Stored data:
==========
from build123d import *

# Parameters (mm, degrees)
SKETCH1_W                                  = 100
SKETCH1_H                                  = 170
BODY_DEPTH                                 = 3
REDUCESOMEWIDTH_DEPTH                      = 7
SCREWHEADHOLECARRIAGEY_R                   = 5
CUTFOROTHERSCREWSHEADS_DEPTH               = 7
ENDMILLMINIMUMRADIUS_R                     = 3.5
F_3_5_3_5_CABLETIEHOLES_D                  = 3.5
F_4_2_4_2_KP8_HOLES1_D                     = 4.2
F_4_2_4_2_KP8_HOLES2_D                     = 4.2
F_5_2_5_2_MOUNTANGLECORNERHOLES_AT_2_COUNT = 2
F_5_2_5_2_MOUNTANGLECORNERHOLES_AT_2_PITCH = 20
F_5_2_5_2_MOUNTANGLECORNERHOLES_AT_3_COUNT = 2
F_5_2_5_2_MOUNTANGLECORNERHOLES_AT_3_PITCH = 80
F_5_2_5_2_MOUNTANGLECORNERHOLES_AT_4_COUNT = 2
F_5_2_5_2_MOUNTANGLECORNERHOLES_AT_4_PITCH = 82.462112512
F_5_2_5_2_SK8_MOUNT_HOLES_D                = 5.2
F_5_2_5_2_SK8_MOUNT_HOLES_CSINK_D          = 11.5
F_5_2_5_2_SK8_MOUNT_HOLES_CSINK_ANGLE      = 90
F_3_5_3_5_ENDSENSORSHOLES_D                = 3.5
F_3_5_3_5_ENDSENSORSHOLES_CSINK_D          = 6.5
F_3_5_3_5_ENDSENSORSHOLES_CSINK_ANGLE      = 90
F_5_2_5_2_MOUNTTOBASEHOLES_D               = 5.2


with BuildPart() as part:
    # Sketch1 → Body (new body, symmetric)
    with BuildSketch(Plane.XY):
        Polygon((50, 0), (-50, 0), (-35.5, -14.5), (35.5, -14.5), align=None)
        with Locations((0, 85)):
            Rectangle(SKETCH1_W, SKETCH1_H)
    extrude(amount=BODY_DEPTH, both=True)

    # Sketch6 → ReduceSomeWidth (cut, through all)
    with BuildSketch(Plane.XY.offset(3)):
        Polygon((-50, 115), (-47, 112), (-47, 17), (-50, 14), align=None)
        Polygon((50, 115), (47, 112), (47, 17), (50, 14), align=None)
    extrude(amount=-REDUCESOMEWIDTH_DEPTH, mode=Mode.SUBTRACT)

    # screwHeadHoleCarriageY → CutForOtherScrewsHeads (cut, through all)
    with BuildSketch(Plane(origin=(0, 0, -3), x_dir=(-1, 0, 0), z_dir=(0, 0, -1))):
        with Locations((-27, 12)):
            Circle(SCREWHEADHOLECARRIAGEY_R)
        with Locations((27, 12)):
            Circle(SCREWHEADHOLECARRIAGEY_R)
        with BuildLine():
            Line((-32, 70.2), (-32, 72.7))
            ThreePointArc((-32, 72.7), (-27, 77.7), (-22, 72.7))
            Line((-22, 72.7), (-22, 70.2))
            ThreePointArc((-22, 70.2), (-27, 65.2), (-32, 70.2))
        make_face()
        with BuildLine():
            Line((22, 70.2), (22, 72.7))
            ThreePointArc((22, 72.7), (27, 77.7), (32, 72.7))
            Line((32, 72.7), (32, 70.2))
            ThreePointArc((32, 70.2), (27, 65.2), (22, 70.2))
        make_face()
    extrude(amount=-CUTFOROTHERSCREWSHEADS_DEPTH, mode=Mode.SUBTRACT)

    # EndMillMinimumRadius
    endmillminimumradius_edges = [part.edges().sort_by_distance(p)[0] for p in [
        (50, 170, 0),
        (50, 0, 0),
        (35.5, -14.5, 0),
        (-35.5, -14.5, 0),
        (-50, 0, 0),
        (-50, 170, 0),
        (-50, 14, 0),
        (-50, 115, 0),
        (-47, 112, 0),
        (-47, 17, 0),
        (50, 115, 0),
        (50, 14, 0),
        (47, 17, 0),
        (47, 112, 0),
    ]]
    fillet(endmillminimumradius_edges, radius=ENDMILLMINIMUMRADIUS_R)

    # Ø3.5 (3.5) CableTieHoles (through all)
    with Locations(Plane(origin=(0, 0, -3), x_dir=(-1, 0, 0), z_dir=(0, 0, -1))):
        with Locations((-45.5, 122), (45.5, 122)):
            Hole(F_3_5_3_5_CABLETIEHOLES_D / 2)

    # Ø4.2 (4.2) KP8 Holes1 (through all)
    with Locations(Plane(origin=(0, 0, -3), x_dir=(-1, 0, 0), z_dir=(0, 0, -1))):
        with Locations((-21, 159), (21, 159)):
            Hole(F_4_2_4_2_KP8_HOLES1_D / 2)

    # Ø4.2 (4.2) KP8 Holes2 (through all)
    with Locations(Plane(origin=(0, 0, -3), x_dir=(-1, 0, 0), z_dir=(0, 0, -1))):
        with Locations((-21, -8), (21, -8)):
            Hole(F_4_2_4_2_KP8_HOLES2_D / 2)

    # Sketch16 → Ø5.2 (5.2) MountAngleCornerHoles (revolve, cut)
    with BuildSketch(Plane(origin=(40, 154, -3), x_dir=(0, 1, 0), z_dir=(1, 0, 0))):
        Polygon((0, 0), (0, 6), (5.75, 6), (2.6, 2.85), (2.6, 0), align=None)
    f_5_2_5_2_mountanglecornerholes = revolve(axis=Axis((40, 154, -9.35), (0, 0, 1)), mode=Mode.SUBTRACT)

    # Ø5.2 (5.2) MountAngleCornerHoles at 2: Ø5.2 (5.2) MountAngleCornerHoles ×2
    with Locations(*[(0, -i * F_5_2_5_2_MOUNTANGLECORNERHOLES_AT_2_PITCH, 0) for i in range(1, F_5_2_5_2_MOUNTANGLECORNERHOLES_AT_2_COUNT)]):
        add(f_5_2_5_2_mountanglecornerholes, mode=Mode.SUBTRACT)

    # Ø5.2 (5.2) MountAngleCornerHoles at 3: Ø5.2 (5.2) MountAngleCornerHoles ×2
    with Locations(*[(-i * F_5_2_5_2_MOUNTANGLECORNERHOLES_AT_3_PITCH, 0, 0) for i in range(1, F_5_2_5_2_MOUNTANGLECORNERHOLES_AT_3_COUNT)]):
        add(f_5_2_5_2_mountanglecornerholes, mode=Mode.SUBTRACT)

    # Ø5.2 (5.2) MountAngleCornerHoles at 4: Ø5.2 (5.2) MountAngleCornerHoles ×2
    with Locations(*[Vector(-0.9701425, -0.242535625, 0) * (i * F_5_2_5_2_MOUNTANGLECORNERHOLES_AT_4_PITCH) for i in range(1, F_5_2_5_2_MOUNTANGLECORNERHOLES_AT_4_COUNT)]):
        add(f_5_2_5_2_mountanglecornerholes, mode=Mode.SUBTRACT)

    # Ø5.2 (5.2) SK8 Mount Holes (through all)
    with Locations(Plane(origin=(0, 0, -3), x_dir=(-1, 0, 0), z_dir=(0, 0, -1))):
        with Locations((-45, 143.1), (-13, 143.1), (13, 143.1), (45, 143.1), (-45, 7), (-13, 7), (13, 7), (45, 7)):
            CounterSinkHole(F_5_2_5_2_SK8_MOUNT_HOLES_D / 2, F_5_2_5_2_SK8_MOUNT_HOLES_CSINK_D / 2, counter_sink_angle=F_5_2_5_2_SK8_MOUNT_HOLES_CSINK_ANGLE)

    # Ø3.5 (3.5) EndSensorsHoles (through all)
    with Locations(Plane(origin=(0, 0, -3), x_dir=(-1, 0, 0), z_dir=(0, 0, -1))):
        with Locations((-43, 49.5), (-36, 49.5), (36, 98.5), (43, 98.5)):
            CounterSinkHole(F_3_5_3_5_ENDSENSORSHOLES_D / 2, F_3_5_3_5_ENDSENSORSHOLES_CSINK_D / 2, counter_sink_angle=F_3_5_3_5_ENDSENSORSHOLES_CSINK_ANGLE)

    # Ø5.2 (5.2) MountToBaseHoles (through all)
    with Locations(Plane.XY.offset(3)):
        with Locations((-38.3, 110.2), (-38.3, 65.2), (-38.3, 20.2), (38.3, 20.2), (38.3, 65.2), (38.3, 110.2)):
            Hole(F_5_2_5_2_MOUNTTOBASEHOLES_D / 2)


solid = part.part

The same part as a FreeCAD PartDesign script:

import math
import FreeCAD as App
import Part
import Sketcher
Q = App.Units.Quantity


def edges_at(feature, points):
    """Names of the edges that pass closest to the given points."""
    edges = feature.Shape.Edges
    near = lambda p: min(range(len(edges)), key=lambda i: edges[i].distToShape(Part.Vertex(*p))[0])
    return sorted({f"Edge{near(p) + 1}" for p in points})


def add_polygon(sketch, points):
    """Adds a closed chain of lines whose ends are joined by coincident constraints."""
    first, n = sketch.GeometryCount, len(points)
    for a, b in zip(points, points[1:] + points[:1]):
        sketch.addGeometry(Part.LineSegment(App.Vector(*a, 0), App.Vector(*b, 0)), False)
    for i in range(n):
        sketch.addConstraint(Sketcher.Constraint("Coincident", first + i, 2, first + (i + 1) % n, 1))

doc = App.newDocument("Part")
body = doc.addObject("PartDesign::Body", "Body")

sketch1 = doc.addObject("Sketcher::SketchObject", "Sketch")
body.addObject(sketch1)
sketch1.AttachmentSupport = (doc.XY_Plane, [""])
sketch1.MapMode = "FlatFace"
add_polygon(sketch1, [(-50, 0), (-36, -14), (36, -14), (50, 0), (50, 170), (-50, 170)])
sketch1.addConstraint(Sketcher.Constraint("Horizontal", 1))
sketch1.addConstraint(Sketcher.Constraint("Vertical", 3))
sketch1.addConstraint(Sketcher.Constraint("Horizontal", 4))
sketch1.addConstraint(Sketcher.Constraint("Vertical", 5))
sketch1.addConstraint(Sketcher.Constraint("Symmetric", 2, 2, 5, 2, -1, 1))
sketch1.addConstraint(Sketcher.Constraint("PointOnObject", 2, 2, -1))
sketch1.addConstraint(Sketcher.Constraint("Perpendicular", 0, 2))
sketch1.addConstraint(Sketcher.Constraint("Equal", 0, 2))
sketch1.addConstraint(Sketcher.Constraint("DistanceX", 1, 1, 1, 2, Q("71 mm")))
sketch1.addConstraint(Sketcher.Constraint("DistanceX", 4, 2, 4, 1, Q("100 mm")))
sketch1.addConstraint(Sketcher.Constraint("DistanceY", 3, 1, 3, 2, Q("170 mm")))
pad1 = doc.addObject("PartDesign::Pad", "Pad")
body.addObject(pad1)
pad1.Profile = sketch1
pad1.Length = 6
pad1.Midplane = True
==========
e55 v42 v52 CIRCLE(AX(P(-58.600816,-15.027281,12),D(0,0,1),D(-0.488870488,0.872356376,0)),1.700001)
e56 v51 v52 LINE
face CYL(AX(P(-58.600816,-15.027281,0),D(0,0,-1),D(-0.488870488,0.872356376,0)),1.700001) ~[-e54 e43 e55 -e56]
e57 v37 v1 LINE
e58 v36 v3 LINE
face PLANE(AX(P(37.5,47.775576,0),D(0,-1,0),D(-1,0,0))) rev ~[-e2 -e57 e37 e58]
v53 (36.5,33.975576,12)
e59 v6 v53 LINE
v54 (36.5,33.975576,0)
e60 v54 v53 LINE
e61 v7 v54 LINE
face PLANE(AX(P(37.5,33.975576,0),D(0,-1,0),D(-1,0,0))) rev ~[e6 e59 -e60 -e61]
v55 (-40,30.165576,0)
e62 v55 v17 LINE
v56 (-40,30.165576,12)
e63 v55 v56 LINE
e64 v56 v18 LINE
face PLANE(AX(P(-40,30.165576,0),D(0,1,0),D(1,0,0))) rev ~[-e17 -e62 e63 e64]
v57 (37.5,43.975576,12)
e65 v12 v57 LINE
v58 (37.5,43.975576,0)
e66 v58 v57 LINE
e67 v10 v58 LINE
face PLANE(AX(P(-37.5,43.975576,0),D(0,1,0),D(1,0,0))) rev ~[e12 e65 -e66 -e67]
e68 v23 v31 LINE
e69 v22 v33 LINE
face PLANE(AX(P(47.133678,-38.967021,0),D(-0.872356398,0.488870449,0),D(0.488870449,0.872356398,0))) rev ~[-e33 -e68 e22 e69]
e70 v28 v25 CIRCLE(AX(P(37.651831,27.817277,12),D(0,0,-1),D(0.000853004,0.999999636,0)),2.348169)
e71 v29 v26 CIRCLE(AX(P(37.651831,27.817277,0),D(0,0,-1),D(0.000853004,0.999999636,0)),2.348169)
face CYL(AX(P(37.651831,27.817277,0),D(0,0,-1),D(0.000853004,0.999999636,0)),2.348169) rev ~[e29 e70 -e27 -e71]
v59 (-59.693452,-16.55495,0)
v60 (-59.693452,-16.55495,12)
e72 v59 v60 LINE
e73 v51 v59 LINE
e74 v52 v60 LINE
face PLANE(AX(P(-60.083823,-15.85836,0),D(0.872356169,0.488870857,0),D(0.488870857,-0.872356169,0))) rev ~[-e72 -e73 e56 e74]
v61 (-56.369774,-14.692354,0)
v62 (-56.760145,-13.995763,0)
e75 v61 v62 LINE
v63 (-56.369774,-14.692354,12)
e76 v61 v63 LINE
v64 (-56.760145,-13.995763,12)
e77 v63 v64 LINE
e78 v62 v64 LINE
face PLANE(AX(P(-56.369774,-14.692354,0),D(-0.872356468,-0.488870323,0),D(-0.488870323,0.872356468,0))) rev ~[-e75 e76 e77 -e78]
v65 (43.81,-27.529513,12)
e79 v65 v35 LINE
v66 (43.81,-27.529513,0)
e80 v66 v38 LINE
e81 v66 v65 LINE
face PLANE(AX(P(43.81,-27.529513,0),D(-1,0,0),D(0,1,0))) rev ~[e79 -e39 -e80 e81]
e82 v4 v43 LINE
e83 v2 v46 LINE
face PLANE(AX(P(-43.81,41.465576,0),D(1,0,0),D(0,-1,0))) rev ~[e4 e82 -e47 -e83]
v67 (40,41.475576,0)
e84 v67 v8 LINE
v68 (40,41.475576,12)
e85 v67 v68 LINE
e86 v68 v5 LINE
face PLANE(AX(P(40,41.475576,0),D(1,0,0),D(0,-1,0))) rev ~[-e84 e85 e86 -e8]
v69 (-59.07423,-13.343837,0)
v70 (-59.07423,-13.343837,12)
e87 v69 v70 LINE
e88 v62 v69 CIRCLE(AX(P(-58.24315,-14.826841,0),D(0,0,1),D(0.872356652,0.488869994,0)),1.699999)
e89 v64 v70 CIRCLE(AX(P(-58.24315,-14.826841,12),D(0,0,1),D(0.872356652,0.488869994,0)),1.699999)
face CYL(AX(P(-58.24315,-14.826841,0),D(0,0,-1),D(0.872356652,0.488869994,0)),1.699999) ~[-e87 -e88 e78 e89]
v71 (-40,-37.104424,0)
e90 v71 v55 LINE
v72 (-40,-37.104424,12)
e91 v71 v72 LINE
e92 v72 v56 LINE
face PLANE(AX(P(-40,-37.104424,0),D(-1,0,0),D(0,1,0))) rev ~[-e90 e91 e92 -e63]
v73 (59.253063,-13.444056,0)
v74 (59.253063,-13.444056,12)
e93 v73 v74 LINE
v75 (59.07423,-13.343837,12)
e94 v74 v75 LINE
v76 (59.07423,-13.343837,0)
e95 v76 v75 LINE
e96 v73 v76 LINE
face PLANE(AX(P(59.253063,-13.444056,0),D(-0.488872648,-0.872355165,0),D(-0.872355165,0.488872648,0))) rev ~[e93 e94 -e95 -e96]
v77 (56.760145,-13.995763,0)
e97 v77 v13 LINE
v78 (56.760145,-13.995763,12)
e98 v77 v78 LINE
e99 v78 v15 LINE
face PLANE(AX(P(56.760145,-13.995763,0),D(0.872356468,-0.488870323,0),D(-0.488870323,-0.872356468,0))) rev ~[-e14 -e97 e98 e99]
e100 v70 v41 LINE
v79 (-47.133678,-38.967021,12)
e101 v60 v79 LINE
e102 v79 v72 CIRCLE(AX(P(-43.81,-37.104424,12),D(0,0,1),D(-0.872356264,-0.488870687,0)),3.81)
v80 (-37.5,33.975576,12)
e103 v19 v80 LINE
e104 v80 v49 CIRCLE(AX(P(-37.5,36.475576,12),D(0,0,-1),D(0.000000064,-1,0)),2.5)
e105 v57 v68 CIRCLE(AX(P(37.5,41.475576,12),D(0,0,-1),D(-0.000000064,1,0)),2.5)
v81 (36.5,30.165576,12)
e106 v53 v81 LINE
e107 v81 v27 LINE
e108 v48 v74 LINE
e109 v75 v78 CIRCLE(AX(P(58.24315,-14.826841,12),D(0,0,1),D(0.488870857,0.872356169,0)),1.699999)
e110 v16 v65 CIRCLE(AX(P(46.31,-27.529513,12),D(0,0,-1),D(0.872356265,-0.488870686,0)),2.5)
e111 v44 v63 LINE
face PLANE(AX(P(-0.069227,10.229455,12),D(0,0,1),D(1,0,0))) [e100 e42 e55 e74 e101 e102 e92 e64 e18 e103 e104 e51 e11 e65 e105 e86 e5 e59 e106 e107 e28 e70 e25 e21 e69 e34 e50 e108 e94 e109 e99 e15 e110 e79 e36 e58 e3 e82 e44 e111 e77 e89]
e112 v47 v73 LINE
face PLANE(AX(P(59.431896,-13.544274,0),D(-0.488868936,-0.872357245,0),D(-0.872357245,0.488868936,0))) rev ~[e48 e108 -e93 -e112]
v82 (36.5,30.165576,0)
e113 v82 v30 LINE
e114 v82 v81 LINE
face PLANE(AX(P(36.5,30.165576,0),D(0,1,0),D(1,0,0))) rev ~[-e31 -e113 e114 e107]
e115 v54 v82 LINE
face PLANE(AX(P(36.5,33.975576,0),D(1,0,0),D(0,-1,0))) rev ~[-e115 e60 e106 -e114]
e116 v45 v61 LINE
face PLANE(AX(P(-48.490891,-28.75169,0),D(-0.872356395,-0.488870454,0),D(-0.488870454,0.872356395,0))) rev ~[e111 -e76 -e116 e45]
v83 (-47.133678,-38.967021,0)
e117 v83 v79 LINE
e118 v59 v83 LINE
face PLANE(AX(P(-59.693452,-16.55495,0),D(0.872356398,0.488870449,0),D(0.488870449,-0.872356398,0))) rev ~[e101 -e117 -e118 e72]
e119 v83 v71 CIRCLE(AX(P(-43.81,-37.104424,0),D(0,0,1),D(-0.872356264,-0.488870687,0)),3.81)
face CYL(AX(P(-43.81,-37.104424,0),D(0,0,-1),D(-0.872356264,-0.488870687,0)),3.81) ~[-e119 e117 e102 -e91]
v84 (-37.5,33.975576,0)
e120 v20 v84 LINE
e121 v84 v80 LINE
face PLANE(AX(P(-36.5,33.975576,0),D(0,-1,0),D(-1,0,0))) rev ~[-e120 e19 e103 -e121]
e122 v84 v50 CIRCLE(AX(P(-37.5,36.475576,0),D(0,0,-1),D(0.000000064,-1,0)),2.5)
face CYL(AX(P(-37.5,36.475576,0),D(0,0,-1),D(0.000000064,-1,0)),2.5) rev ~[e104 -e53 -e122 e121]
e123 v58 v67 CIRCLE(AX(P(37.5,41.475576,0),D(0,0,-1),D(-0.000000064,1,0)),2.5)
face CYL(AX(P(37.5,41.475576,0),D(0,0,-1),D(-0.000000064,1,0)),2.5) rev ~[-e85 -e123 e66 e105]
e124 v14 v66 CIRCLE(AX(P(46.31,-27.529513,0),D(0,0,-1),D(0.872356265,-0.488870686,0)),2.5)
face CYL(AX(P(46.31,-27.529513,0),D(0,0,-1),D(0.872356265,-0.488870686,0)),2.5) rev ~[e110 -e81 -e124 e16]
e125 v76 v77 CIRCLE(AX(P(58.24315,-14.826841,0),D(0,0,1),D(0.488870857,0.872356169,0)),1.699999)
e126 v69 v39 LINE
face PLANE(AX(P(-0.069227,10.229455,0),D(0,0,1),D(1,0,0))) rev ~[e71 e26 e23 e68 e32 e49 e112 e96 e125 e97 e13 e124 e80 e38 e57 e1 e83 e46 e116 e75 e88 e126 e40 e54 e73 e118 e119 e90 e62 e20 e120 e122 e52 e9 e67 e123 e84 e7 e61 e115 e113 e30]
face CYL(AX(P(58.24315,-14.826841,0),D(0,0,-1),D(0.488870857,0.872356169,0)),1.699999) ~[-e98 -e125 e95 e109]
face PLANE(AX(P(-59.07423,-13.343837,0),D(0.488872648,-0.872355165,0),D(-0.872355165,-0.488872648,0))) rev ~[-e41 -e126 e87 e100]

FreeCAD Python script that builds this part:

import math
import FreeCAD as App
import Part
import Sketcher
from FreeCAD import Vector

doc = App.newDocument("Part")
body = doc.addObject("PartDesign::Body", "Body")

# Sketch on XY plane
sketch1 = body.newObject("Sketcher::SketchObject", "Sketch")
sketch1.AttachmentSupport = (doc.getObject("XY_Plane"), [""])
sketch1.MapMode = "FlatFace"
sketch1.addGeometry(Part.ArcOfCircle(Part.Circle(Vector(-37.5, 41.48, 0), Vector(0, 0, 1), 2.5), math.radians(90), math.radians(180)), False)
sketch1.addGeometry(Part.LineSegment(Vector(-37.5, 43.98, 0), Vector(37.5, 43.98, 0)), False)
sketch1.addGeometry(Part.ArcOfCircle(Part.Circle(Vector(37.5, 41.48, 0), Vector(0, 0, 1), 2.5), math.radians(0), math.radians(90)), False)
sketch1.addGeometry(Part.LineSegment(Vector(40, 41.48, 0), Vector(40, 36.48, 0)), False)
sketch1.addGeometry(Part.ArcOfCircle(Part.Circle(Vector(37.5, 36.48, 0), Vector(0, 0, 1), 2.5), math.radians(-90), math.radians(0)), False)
==========
* Exercise instructions
Only the lines above from the line containing "2, F_3_5_3_5_ENDSENSORSHOLES_CSINK_D /" through the line containing "The same part" should be retyped, exactly and with both ends included.

* Task output
            CounterSinkHole(F_3_5_3_5_ENDSENSORSHOLES_D / 2, F_3_5_3_5_ENDSENSORSHOLES_CSINK_D / 2, counter_sink_angle=F_3_5_3_5_ENDSENSORSHOLES_CSINK_ANGLE)

    # Ø5.2 (5.2) MountToBaseHoles (through all)
    with Locations(Plane.XY.offset(3)):
        with Locations((-38.3, 110.2), (-38.3, 65.2), (-38.3, 20.2), (38.3, 20.2), (38.3, 65.2), (38.3, 110.2)):
            Hole(F_5_2_5_2_MOUNTTOBASEHOLES_D / 2)


solid = part.part

The same part as a FreeCAD PartDesign script:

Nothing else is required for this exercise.